One of the first CellBots projects were presented by a group of hobbyists and documented at their website (http:/www.cellbots.com) on 2010. Most of these projects rely on Bluetooth communication from the phone to microcontrollers connected to the actuators and sensors of the robot.

In 2011 we proposed a simple and low cost alternative based on an audio interface, allowing CellBots to be built using a mobile phone and a few cheap electronics parts (http://www.mdpi.com/1424-8220/12/2/1572), without the need of microcontrollers. The mobile phone generates audio tones that are decoded by a circuit that control the motors, while sensors's states are encoded also using audio which, is connected to the phone's microphone input. The phone uses a FFT to recognize the audio frequencies and detected the states of several sensors.
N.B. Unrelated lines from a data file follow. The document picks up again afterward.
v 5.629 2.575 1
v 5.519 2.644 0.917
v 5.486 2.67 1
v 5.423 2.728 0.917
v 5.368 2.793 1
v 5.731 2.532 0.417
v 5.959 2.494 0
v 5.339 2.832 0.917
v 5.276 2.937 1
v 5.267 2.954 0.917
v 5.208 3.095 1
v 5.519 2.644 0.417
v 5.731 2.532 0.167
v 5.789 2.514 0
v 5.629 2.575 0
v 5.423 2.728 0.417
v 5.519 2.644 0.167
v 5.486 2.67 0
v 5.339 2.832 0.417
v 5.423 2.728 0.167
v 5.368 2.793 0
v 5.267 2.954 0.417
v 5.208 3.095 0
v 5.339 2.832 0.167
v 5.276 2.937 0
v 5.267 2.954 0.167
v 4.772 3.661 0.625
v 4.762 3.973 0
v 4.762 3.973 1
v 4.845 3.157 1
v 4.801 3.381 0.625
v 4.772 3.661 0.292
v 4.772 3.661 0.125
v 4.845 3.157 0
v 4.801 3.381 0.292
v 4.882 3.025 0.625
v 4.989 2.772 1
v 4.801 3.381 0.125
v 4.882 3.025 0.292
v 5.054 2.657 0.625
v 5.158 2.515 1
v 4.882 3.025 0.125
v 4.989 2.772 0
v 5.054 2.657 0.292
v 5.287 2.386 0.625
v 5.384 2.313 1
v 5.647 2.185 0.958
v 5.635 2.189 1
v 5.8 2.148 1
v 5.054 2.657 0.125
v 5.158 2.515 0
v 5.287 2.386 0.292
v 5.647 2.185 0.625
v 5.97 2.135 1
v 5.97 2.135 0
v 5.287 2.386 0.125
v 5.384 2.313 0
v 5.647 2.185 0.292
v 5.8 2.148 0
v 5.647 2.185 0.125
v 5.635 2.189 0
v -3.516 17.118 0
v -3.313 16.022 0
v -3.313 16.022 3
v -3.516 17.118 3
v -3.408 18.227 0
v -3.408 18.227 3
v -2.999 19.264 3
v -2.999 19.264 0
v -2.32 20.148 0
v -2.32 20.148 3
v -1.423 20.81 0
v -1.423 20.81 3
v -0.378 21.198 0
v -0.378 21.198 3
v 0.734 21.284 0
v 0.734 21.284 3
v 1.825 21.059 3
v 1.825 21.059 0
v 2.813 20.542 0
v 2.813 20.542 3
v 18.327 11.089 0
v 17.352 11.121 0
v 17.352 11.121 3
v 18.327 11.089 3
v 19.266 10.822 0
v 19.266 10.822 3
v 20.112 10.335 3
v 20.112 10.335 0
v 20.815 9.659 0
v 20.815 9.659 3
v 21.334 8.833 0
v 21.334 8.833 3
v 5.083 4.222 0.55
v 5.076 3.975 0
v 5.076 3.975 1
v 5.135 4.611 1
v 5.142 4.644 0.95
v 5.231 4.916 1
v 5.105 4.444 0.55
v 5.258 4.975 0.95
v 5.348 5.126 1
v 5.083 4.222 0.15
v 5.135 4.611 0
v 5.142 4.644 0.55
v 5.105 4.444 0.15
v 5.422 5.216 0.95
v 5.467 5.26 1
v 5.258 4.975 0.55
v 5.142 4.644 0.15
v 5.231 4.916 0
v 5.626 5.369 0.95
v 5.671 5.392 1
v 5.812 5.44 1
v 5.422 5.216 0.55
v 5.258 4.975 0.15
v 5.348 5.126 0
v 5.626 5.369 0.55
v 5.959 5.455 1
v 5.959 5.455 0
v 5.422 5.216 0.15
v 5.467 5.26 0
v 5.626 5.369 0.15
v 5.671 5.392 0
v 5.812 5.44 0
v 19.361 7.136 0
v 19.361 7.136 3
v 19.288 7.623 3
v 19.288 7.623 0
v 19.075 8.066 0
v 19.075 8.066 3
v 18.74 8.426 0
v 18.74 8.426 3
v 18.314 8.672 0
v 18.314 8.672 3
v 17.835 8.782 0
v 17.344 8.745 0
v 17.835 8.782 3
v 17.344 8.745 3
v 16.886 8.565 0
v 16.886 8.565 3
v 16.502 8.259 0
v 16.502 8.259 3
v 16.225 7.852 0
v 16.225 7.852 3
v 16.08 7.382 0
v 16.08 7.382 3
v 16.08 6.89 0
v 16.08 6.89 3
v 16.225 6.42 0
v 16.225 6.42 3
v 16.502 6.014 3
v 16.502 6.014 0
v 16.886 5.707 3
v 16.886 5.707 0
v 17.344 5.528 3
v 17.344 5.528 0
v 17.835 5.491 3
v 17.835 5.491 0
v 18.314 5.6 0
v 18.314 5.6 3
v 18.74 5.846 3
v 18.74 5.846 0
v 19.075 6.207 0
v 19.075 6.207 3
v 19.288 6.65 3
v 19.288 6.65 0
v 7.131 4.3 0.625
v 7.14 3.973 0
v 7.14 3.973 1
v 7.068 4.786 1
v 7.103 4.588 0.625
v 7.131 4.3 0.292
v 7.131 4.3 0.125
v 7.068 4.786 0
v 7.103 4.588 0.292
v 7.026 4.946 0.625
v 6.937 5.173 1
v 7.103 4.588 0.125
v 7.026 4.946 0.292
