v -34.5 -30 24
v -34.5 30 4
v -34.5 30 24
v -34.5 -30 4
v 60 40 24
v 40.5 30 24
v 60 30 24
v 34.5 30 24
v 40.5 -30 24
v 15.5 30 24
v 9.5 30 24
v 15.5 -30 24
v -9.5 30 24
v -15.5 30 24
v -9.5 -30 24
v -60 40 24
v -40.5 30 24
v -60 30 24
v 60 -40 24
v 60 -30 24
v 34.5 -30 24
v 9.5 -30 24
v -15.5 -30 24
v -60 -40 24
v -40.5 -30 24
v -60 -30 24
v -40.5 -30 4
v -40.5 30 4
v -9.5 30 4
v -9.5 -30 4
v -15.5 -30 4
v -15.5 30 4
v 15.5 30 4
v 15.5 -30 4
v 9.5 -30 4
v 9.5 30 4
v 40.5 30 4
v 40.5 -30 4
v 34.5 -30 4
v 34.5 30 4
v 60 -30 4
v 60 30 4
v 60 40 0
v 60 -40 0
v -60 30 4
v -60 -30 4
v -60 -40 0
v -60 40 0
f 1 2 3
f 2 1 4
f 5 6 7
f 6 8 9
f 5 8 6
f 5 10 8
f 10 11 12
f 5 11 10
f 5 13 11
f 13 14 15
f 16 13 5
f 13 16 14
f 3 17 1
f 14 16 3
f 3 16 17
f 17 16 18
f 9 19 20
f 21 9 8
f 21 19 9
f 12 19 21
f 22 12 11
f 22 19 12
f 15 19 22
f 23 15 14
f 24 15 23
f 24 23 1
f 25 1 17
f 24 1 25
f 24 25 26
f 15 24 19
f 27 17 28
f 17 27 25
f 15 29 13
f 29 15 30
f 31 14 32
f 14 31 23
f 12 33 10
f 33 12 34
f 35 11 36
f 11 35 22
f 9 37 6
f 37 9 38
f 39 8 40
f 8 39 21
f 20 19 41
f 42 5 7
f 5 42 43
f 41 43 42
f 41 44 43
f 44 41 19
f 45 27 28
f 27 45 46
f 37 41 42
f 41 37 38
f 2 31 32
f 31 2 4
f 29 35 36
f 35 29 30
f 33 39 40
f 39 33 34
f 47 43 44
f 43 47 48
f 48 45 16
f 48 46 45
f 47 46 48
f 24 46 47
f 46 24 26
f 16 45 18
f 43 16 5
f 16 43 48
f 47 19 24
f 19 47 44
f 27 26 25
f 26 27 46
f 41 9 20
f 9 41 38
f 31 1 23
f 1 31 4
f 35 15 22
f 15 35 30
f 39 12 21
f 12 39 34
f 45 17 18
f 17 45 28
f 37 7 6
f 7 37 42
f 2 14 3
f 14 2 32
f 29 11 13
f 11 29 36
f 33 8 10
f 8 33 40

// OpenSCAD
$fn = 32;

// ----------------------------------------------------------------------
// Rib frame 120 x 80 x 24
// 4 ribs at 25 mm pitch
// ----------------------------------------------------------------------

// --- parameters (mm) ---
frame = [120, 80, 4];  // base plate size (x, y, z)
rail_w = 10;           // side rail width
ribs = 4;              // number of ribs
rib_t = 6;             // rib thickness
rib_h = 20;            // rib height above the base plate
pitch = 25;            // pitch between rib centres

// --- derived feature positions (mm) ---
span = (ribs - 1) * pitch;          // = 75   distance between the outer ribs
origin_x = -span / 2;               // = -37.5   X of the first rib
rib_len = frame[1] - 2 * rail_w + 2;  // = 62   rib length, 1 mm into each rail
feature_centers = [
  [origin_x + 0 * pitch, 0],
  [origin_x + 1 * pitch, 0],
  [origin_x + 2 * pitch, 0],
  [origin_x + 3 * pitch, 0]
];   // rib centre line, drives the rib loop

// base plate, two side rails, then the ribs read straight off feature_centers
union() {
  translate([-frame[0] / 2, -frame[1] / 2, 0]) cube(frame);
  translate([-frame[0] / 2, -frame[1] / 2, 0]) cube([frame[0], rail_w, frame[2] + rib_h]);
  translate([-frame[0] / 2, frame[1] / 2 - rail_w, 0]) cube([frame[0], rail_w, frame[2] + rib_h]);
  for (centre = feature_centers)
    translate([centre[0] - rib_t / 2, centre[1] - rib_len / 2, frame[2] - 1])
      cube([rib_t, rib_len, rib_h + 1]);
}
In that way, we have been working at the NatalNet laboratory (UFRN-Brazil), in solutions for research and educational robots powered by mobile phones. One of our last projects is a networked robot based on a smartphone that can be programmed and controlled remotely thanks to a web-server embedded on the phone that is attached to the robot. The programming environment that we created is fully web based, so programs can be written and executed using simply a web browser. Users can type and run their programs in several programming languages such as Python and LUA, or even use block based programming (also via web).